Reproduce each entry below exactly as it appears.

(Stored data entries)
══════════

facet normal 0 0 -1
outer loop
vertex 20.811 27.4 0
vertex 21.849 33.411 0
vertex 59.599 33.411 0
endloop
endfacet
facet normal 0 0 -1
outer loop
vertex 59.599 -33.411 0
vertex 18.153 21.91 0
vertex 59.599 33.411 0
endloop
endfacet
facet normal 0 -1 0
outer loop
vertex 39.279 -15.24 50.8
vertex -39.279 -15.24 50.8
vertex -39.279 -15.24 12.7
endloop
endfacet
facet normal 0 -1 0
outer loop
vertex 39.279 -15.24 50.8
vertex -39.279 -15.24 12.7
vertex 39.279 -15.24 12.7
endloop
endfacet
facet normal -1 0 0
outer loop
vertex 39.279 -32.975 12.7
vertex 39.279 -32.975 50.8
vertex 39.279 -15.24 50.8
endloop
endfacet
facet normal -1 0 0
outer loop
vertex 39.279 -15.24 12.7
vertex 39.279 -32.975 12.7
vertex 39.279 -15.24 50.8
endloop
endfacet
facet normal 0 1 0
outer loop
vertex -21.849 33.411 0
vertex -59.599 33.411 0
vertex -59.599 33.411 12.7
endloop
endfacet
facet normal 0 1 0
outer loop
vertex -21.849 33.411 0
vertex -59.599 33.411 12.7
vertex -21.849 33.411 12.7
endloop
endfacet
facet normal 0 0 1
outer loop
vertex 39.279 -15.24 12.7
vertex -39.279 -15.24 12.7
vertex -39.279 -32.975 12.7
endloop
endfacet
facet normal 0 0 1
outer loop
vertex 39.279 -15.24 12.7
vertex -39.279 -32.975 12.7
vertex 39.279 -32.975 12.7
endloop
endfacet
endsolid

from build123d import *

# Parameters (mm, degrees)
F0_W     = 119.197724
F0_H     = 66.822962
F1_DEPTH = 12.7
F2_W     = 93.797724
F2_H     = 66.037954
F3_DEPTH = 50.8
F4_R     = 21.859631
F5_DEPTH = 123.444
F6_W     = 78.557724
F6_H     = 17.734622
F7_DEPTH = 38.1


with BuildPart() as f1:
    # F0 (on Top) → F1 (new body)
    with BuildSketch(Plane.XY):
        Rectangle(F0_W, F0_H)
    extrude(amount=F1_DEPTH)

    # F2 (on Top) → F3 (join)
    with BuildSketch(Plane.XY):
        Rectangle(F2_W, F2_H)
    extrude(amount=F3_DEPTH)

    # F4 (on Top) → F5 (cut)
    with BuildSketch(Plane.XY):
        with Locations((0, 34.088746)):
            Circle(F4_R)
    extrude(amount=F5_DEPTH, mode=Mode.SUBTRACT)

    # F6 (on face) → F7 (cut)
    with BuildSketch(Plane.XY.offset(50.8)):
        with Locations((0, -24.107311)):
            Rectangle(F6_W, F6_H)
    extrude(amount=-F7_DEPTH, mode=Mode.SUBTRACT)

══════════

> Solution to this task:
facet normal 0 0 -1
outer loop
vertex 20.811 27.4 0
vertex 21.849 33.411 0
vertex 59.599 33.411 0
endloop
endfacet
facet normal 0 0 -1
outer loop
vertex 59.599 -33.411 0
vertex 18.153 21.91 0
vertex 59.599 33.411 0
endloop
endfacet
facet normal 0 -1 0
outer loop
vertex 39.279 -15.24 50.8
vertex -39.279 -15.24 50.8
vertex -39.279 -15.24 12.7
endloop
endfacet
facet normal 0 -1 0
outer loop
vertex 39.279 -15.24 50.8
vertex -39.279 -15.24 12.7
vertex 39.279 -15.24 12.7
endloop
endfacet
facet normal -1 0 0
outer loop
vertex 39.279 -32.975 12.7
vertex 39.279 -32.975 50.8
vertex 39.279 -15.24 50.8
endloop
endfacet
facet normal -1 0 0
outer loop
vertex 39.279 -15.24 12.7
vertex 39.279 -32.975 12.7
vertex 39.279 -15.24 50.8
endloop
endfacet
facet normal 0 1 0
outer loop
vertex -21.849 33.411 0
vertex -59.599 33.411 0
vertex -59.599 33.411 12.7
endloop
endfacet
facet normal 0 1 0
outer loop
vertex -21.849 33.411 0
vertex -59.599 33.411 12.7
vertex -21.849 33.411 12.7
endloop
endfacet
facet normal 0 0 1
outer loop
vertex 39.279 -15.24 12.7
vertex -39.279 -15.24 12.7
vertex -39.279 -32.975 12.7
endloop
endfacet
facet normal 0 0 1
outer loop
vertex 39.279 -15.24 12.7
vertex -39.279 -32.975 12.7
vertex 39.279 -32.975 12.7
endloop
endfacet
endsolid

from build123d import *

# Parameters (mm, degrees)
F0_W     = 119.197724
F0_H     = 66.822962
F1_DEPTH = 12.7
F2_W     = 93.797724
F2_H     = 66.037954
F3_DEPTH = 50.8
F4_R     = 21.859631
F5_DEPTH = 123.444
F6_W     = 78.557724
F6_H     = 17.734622
F7_DEPTH = 38.1


with BuildPart() as f1:
    # F0 (on Top) → F1 (new body)
    with BuildSketch(Plane.XY):
        Rectangle(F0_W, F0_H)
    extrude(amount=F1_DEPTH)

    # F2 (on Top) → F3 (join)
    with BuildSketch(Plane.XY):
        Rectangle(F2_W, F2_H)
    extrude(amount=F3_DEPTH)

    # F4 (on Top) → F5 (cut)
    with BuildSketch(Plane.XY):
        with Locations((0, 34.088746)):
            Circle(F4_R)
    extrude(amount=F5_DEPTH, mode=Mode.SUBTRACT)

    # F6 (on face) → F7 (cut)
    with BuildSketch(Plane.XY.offset(50.8)):
        with Locations((0, -24.107311)):
            Rectangle(F6_W, F6_H)
    extrude(amount=-F7_DEPTH, mode=Mode.SUBTRACT)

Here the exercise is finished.